Las tradiciones del Carnaval de Riohacha como Los Embarradores y El Pilón son casi bicentenarias.
Sus orígenes contienen genuinos aportes del corazón de criollos y de migrantes que llegaron a esta tierra buscando tranquilidad y perpetuar sus legados.
Sus símbolos y significados han venido compartiéndose por generaciones. Los Embarradores con sus cuadrillas y capitanes inducen a sus militantes sobre cómo se unta el barro precedido por el símbolo icónico que es el abrazo del embarrador. El barro no se lanza, no es un despojo que se tira, tampoco es un instrumento de agresión. Como toda tradición, su transmisión es oral y su escuela se salvaguarda en la costumbre y en el cuidado de los mayores.
El pilón desde Encarnación Bermúdez hasta la ‘Pipi’ se ha defendido de intervenciones atentatorias contra sus formas y manifestaciones, ha viajado por el país; pero no son lo mismo las pilanderas de Consuelo que las piloneras de la comae Pipi.
Tampoco es lo mismo el fortachón que se levanta y le atiborra de maicena los ojos a su compañero de parranda y si no le gusta lo abofetea y le patea el rostro; tampoco es la mujer que agarra por las greñas a otra y la baja por unas escaleras dándole golpes, mucho menos es el batallón de jóvenes que asaltan una droguería buscando un farmaceuta que les cure la sicodelia, los excesos de alcohol y la euforia;catapultados por las redes sociales que magnifican el desorden y como ola, generan repudio.
Entre lo que es el carnaval y lo que no es,existen distancias enormes que no se aligeran con la salida de prisa de la sociedad que grita acaben esa vaina, que nunca seremos como Barranquilla. El carnaval propio nunca ha pretendido desde sus inicios ser como otro, se ha desvirtuado y su reflejo como manifestación obedece a una profunda crisis social que polariza centro y periferia. Entre la ciudad que se abastece de agua todos los días y la que recoge la escasez de cada semana, entre la que vive de los presupuestos oficiales y la que lucha por el rebusque con los índices más altos de informalidad. Los muchachos criados en las barriadas sin agua atesoran en bolsitas la poca que consiguen y se las lanzan como petardos en batallas épicas con más vértigo y adrenalina que dolor. Con bolsitas también se moja y se burla a quienes desatienden el mandato de que estamos en carnaval.

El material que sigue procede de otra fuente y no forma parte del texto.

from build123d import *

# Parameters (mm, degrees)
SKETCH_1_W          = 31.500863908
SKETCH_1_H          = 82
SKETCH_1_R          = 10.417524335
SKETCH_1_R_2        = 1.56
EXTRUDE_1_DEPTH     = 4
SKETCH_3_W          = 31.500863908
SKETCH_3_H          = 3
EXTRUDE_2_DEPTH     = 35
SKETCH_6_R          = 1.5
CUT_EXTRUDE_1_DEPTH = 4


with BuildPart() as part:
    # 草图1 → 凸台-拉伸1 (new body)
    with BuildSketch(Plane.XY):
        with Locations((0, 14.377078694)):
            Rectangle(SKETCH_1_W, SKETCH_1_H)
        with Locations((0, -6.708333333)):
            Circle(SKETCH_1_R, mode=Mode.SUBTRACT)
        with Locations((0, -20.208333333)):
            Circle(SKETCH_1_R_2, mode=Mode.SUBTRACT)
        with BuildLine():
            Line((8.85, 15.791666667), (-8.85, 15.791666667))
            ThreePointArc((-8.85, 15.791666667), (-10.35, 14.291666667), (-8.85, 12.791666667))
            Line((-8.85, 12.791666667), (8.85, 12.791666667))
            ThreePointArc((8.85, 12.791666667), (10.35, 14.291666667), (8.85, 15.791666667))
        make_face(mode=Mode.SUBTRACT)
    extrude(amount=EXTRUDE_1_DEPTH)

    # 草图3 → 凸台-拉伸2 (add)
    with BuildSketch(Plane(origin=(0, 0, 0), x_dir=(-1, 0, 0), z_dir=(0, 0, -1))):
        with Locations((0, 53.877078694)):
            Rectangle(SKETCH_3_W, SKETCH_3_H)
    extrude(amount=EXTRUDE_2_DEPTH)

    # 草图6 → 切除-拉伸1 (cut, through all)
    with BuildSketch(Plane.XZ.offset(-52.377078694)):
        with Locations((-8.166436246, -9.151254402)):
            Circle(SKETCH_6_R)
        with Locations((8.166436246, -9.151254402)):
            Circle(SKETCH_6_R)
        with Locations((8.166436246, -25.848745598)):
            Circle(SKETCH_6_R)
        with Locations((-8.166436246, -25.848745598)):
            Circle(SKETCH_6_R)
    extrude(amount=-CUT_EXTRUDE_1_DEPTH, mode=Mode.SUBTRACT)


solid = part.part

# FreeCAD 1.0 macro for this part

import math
import FreeCAD as App
import Part
import Sketcher
from FreeCAD import Vector
Q = App.Units.Quantity


def add_polygon(sketch, points):
    """Adds a closed chain of lines whose ends are joined by coincident constraints."""
    first, n = sketch.GeometryCount, len(points)
    for a, b in zip(points, points[1:] + points[:1]):
        sketch.addGeometry(Part.LineSegment(App.Vector(*a, 0), App.Vector(*b, 0)), False)
    for i in range(n):
        sketch.addConstraint(Sketcher.Constraint("Coincident", first + i, 2, first + (i + 1) % n, 1))

doc = App.newDocument("Part")
body = doc.addObject("PartDesign::Body", "Body")

# Sketch on XY plane
sketch1 = body.newObject("Sketcher::SketchObject", "Sketch")
sketch1.AttachmentSupport = (doc.getObject("XY_Plane"), [""])
sketch1.MapMode = "FlatFace"
add_polygon(sketch1, [(-15.8, 55.4), (-15.8, -26.6), (15.8, -26.6), (15.8, 55.4)])  # lines 0-3
sketch1.addGeometry(Part.Circle(Vector(0, -20.2, 0), Vector(0, 0, 1), 1.6), False)  # 4
sketch1.addGeometry(Part.Circle(Vector(0, -6.7, 0), Vector(0, 0, 1), 10.4), False)  # 5
sketch1.addGeometry(Part.LineSegment(Vector(-8.8, 15.8, 0), Vector(8.8, 15.8, 0)), False)  # 6
sketch1.addGeometry(Part.ArcOfCircle(Part.Circle(Vector(8.8, 14.3, 0), Vector(0, 0, 1), 1.5), math.radians(-90), math.radians(90)), False)  # 7
sketch1.addGeometry(Part.LineSegment(Vector(8.8, 12.8, 0), Vector(-8.8, 12.8, 0)), False)  # 8
sketch1.addGeometry(Part.ArcOfCircle(Part.Circle(Vector(-8.8, 14.3, 0), Vector(0, 0, 1), 1.5), math.radians(90), math.radians(270)), False)  # 9
sketch1.addConstraint([
    Sketcher.Constraint("Tangent", 6, 2, 7, 2),
    Sketcher.Constraint("Tangent", 7, 1, 8, 1),
    Sketcher.Constraint("Tangent", 8, 2, 9, 2),
    Sketcher.Constraint("Tangent", 9, 1, 6, 1),
    Sketcher.Constraint("Vertical", 0),
    Sketcher.Constraint("Horizontal", 1),
    Sketcher.Constraint("Vertical", 2),
    Sketcher.Constraint("Horizontal", 3),
    Sketcher.Constraint("Horizontal", 6),
    Sketcher.Constraint("Horizontal", 8),
    Sketcher.Constraint("PointOnObject", 4, 3, -2),
    Sketcher.Constraint("PointOnObject", 5, 3, -2),
    Sketcher.Constraint("Radius", 7, Q("1.5 mm")),
    Sketcher.Constraint("Diameter", 4, Q("3.12 mm")),
    Sketcher.Constraint("DistanceY", 0, 2, 0, 1, Q("82 mm")),
    Sketcher.Constraint("DistanceX", 6, 1, 6, 2, Q("17.7 mm")),
    Sketcher.Constraint("DistanceY", 5, 3, 7, 3, Q("21 mm")),
    Sketcher.Constraint("DistanceY", 4, 3, 6, 2, Q("36 mm")),
    Sketcher.Constraint("Diameter", 5, Q("20.835049 mm")),
    Sketcher.Constraint("DistanceX", -1, 1, 7, 3, Q("8.85 mm")),
    Sketcher.Constraint("DistanceX", 1, 1, 1, 2, Q("31.500864 mm")),
    Sketcher.Constraint("DistanceX", 0, 2, -1, 1, Q("15.750432 mm")),
    Sketcher.Constraint("DistanceY", 0, 2, -1, 1, Q("26.622921 mm")),
    Sketcher.Constraint("DistanceY", 4, 3, -1, 1, Q("20.208333 mm")),
])
pad1 = body.newObject("PartDesign::Pad", "Pad")
pad1.Profile = sketch1
pad1.Length = 4

# Sketch on XY plane
sketch2 = body.newObject("Sketcher::SketchObject", "Sketch001")
sketch2.AttachmentSupport = (doc.getObject("XY_Plane"), [""])
sketch2.MapMode = "FlatFace"
add_polygon(sketch2, [(15.8, 55.4), (15.8, 52.4), (-15.8, 52.4), (-15.8, 55.4)])  # lines 0-3
sketch2.addConstraint([
    Sketcher.Constraint("Vertical", 0),
    Sketcher.Constraint("Horizontal", 1),
    Sketcher.Constraint("Vertical", 2),
    Sketcher.Constraint("Horizontal", 3),
    Sketcher.Constraint("DistanceY", 0, 2, 0, 1, Q("3 mm")),
    Sketcher.Constraint("DistanceX", 1, 2, 1, 1, Q("31.500864 mm")),
    Sketcher.Constraint("DistanceX", -1, 1, 0, 2, Q("15.750432 mm")),
    Sketcher.Constraint("DistanceY", -1, 1, 0, 2, Q("52.377079 mm")),
])
pad2 = body.newObject("PartDesign::Pad", "Pad001")
pad2.Profile = sketch2
pad2.Length = 35
pad2.Reversed = True

# Sketch on XZ plane
sketch3 = body.newObject("Sketcher::SketchObject", "Sketch002")
sketch3.AttachmentSupport = (doc.getObject("XZ_Plane"), [""])
sketch3.MapMode = "FlatFace"
sketch3.AttachmentOffset = App.Placement(Vector(0, 0, -52.377079), App.Rotation())
sketch3.addGeometry([
    Part.Circle(Vector(-8.2, -9.2, 0), Vector(0, 0, 1), 1.5),
    Part.Circle(Vector(8.2, -9.2, 0), Vector(0, 0, 1), 1.5),
    Part.Circle(Vector(8.2, -25.8, 0), Vector(0, 0, 1), 1.5),
    Part.Circle(Vector(-8.2, -25.8, 0), Vector(0, 0, 1), 1.5),
], False)
sketch3.addConstraint([
    Sketcher.Constraint("Equal", 0, 1),
    Sketcher.Constraint("Equal", 1, 2),
    Sketcher.Constraint("Equal", 2, 3),
    Sketcher.Constraint("Symmetric", 0, 3, 1, 3, -2),
    Sketcher.Constraint("Symmetric", 2, 3, 3, 3, -2),
    Sketcher.Constraint("Vertical", 1, 3, 2, 3),
    Sketcher.Constraint("Diameter", 0, Q("3 mm")),
    Sketcher.Constraint("DistanceY", 2, 3, 1, 3, Q("16.697491 mm")),
    Sketcher.Constraint("DistanceX", 0, 3, -1, 1, Q("8.166436 mm")),
    Sketcher.Constraint("DistanceY", 0, 3, -1, 1, Q("9.151254 mm")),
])
pocket1 = body.newObject("PartDesign::Pocket", "Pocket")
pocket1.Profile = sketch3
pocket1.Type = "ThroughAll"

doc.recompute()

Entre tanto, el carnaval se sigue sofocando desde adentro en un círculo vicioso entre un presupuesto paupérrimo que origina una organización mediocre, empeñada en montarse sobre los hombros de reinas escogidas a dedo “que sean sostenibles”, marginando y excluyendo lo popular, en respuesta el pueblo se mofa de su corona y no le rinde pleitesía al cetro.
Jorge Gómez Effer, embarrador y especie de académico del carnaval, dedicado en sus años de retiro a la introspección y a reflexionar sobre las tradiciones de la riohacheridad afirma en sus conversaciones que el carnaval es reflejo de las fisuras profundas que tenemos como sociedad. La misma ciudad que se resiste a creer que sus límites hace rato se corrieron y que lo que llama periferia es la expansión babélica de su propia existencia.
En cuanto a intolerancia por ejemplo, como la sociedad misma, la tradición ha tenido sus picos. En la década del 70 en pleno auge de la bonanza Marimbera fue ultimado a tiros un embarrador a manos de un capo que enfadado y cegado por el poder de su arma le propinó unos disparos a un muchacho que jugaba al carnaval.
La misma sociedad apocalíptica que clama por el fin del carnaval es la que eleva a musas y versos los bollos calientes pal gobernador, que grita en cada saltito el Oa del pilón, mientras se escabulle en la metáfora del te quería y era por el pelo.